ASSIGNED TASK:
Check every line of the entries for "DIRECTION", and copy the lines that hold it.

******************************

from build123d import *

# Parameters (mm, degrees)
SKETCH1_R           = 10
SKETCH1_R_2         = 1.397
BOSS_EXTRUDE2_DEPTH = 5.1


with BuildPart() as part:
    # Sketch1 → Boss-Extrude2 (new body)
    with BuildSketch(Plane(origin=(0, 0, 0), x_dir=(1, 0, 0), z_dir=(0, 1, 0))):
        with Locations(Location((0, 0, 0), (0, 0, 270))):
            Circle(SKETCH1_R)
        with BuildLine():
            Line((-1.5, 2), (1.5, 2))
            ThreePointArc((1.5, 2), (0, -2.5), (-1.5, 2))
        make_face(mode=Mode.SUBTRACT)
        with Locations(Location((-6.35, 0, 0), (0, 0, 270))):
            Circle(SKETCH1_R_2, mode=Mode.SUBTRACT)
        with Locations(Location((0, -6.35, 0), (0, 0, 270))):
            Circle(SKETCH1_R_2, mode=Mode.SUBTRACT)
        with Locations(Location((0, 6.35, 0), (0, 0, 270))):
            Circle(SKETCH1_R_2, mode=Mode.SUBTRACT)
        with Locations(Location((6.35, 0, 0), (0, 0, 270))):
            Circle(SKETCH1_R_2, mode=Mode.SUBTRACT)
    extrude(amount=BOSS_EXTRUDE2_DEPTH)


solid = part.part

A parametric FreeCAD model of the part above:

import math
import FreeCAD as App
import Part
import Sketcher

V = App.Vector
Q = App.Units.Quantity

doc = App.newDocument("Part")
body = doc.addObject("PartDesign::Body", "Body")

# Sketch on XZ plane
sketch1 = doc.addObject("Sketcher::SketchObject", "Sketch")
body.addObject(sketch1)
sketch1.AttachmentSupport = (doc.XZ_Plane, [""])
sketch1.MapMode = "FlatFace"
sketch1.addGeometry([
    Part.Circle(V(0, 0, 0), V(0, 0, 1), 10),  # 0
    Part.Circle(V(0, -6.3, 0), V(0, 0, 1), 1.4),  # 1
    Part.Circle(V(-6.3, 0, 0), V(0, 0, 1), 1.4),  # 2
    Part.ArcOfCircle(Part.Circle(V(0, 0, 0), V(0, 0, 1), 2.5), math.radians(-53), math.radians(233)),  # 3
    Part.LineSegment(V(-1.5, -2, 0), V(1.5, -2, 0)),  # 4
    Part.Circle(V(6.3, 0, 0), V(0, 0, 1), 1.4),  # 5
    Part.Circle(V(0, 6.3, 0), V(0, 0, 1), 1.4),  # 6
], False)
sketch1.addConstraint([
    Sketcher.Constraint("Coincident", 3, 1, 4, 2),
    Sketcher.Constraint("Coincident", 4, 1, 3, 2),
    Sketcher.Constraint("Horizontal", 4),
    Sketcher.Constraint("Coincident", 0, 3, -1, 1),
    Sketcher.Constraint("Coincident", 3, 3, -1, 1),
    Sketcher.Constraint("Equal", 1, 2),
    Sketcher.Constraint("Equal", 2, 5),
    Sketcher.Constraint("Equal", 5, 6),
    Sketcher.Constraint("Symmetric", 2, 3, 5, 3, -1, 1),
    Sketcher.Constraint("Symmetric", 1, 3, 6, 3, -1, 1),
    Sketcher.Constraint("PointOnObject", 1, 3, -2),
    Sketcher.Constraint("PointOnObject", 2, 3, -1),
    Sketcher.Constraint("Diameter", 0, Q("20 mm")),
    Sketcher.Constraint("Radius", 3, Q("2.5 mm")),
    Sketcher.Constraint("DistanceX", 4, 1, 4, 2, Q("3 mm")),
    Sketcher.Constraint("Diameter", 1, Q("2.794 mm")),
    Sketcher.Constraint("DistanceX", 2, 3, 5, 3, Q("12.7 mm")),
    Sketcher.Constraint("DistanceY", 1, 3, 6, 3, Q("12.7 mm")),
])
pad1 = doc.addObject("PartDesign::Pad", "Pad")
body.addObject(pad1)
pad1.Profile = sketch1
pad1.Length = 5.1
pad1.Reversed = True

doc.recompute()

******************************

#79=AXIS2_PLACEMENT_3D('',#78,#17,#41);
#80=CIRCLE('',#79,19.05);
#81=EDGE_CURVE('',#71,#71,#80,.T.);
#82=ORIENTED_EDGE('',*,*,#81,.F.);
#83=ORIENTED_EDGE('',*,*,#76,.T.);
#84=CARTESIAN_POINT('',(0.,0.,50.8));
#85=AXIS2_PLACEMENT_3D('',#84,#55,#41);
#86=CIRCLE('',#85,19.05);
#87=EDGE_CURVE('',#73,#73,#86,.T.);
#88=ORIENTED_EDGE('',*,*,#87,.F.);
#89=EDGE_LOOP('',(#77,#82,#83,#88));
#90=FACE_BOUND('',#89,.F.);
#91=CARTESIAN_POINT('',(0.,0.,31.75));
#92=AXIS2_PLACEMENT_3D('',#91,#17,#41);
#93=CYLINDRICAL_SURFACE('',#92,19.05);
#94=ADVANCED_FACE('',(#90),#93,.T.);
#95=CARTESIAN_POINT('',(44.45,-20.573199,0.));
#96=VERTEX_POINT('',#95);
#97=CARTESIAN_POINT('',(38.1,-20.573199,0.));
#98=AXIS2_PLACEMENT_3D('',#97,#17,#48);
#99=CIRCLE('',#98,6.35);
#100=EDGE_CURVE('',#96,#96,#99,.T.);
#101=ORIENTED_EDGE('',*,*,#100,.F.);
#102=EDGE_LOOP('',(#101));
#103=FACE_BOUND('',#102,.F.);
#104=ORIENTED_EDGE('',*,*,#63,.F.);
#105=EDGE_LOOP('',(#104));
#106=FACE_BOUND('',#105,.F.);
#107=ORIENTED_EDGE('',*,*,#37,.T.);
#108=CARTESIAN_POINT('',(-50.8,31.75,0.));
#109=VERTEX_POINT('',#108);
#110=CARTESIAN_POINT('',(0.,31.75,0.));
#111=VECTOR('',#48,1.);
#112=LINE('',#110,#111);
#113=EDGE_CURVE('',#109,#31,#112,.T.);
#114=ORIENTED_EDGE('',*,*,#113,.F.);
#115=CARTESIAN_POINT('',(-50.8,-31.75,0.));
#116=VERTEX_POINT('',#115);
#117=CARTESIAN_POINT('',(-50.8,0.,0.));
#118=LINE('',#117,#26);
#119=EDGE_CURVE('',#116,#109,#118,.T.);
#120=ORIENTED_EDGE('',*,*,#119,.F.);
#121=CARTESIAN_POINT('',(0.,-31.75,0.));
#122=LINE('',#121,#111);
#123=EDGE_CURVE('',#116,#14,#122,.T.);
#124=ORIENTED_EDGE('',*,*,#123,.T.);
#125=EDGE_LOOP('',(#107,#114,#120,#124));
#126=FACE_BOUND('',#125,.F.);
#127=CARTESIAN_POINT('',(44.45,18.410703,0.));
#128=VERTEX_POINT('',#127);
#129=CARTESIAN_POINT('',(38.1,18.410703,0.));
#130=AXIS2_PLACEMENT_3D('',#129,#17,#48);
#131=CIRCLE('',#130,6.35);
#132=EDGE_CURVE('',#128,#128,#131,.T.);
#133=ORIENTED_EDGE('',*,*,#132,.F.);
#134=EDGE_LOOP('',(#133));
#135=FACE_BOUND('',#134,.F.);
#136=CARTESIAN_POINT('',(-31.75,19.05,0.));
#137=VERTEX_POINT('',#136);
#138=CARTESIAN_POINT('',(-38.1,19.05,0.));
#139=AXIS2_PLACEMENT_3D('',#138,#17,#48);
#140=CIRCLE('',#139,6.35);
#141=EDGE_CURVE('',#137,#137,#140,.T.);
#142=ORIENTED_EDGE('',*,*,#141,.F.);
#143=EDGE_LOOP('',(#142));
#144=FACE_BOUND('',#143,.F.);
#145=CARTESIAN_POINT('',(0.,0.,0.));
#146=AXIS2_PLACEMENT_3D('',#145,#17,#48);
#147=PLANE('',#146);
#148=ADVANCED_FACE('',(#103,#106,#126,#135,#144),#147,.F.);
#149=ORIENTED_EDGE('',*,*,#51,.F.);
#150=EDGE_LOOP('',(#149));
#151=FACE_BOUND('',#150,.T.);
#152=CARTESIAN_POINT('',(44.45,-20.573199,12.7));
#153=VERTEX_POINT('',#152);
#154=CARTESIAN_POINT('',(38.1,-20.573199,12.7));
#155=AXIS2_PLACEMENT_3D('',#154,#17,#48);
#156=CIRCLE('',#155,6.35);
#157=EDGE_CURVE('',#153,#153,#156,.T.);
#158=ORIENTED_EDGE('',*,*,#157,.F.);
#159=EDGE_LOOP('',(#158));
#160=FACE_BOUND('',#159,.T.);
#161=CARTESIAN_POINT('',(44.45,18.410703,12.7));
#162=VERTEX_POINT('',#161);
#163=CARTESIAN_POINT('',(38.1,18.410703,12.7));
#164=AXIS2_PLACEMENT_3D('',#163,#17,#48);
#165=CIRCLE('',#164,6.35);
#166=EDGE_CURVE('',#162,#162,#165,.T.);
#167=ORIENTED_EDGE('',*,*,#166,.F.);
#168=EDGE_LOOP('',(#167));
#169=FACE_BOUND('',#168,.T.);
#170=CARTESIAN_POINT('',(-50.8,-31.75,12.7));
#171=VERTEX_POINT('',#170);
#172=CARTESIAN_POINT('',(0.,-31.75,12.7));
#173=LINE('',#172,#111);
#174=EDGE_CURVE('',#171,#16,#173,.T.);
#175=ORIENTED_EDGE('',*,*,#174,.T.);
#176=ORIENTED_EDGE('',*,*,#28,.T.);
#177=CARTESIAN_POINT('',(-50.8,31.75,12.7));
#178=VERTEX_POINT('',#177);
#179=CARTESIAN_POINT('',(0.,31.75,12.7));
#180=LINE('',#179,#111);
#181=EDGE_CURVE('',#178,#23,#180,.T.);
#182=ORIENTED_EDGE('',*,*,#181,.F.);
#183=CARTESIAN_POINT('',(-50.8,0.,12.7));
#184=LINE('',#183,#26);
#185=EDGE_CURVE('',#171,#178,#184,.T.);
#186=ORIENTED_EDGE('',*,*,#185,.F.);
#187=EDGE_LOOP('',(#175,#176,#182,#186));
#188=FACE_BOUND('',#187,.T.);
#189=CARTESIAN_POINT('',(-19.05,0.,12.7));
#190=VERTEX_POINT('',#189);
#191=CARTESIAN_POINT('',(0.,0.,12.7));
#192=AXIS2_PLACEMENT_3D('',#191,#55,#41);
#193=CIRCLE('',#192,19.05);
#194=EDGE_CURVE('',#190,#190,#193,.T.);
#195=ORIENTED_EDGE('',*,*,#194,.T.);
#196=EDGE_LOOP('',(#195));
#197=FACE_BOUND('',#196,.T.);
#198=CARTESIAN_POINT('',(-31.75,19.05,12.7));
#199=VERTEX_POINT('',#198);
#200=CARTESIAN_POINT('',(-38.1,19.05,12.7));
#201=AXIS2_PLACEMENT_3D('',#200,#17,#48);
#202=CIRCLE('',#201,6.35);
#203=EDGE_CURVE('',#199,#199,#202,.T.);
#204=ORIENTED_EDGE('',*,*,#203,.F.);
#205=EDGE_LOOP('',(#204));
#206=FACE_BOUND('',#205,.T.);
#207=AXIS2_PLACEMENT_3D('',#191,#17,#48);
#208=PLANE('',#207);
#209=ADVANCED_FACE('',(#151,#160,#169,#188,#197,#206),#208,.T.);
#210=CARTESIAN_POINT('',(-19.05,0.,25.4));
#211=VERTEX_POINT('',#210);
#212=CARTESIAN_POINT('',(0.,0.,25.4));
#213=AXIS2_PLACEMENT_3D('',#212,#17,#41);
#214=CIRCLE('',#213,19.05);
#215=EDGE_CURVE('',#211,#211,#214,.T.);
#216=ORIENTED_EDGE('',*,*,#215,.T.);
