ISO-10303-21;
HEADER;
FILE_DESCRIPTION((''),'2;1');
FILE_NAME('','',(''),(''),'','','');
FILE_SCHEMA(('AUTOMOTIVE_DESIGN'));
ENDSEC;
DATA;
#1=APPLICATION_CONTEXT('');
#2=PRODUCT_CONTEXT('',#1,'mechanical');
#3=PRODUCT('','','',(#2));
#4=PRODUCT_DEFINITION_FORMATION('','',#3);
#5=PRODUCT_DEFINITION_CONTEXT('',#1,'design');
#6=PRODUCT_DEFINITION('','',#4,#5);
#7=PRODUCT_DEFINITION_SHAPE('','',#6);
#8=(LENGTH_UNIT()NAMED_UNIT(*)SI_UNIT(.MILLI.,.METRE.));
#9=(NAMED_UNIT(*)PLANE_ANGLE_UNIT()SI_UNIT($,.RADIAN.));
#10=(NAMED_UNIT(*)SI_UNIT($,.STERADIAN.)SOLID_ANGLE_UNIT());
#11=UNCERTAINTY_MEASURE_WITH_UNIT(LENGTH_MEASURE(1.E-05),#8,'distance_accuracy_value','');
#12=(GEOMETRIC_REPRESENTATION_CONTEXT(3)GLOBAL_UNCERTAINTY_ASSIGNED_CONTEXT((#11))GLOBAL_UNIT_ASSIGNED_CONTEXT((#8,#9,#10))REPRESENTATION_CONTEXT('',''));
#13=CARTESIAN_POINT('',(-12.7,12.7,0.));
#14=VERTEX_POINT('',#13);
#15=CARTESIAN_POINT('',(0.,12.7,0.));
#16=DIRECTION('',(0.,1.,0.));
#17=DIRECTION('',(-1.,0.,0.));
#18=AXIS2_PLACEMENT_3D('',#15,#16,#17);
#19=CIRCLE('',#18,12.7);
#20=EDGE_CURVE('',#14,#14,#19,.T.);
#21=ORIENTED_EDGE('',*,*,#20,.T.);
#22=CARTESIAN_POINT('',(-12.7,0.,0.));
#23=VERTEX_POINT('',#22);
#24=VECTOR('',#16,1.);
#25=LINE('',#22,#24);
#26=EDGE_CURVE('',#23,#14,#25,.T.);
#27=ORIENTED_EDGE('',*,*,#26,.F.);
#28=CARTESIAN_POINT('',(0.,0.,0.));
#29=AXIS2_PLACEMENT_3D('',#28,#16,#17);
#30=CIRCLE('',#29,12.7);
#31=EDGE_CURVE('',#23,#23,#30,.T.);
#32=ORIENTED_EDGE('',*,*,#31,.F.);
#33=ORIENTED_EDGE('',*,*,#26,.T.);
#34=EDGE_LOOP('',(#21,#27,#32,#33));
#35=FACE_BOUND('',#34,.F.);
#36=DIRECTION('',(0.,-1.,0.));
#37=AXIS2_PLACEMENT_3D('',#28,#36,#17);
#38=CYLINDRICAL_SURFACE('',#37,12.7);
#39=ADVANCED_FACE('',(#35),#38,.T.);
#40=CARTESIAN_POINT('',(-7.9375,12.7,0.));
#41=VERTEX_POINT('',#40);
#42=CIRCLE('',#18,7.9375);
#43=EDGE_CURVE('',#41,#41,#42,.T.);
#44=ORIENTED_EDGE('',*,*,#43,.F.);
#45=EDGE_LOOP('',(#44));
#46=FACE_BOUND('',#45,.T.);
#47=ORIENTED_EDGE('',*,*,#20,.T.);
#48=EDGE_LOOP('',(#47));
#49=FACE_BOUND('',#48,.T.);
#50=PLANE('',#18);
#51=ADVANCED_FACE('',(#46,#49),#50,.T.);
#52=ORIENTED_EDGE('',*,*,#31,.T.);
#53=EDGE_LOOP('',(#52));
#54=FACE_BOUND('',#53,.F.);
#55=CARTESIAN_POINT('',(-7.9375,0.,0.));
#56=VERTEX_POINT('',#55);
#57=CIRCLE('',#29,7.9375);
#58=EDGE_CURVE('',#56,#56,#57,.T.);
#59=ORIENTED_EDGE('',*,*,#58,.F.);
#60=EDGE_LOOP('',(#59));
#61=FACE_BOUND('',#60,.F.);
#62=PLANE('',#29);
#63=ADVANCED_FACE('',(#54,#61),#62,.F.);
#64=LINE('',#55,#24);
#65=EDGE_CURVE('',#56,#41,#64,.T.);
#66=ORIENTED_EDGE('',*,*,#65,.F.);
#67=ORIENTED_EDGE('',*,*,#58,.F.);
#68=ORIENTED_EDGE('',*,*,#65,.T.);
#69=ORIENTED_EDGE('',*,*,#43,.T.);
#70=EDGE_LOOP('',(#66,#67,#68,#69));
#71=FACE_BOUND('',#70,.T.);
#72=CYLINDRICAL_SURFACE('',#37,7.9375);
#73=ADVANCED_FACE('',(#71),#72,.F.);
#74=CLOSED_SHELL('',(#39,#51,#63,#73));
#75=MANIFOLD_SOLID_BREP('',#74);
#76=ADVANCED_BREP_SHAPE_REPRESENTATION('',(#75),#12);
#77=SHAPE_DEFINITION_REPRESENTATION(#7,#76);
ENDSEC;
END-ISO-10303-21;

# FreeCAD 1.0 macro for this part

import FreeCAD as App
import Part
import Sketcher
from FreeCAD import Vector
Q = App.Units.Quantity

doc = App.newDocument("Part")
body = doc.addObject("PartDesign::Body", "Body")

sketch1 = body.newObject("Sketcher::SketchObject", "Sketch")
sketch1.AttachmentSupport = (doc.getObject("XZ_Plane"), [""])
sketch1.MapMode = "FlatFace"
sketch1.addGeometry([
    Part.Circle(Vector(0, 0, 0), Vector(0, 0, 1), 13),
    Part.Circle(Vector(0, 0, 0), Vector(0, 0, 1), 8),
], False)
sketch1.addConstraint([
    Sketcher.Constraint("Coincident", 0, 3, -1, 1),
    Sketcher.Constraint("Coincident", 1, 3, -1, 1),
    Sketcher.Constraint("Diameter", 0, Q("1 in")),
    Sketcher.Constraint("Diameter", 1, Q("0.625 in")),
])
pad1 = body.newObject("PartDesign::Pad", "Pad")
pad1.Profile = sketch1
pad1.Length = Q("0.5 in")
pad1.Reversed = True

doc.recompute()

******************************

FINAL ANSWER:
#16=DIRECTION('',(0.,1.,0.));
#17=DIRECTION('',(-1.,0.,0.));
#36=DIRECTION('',(0.,-1.,0.));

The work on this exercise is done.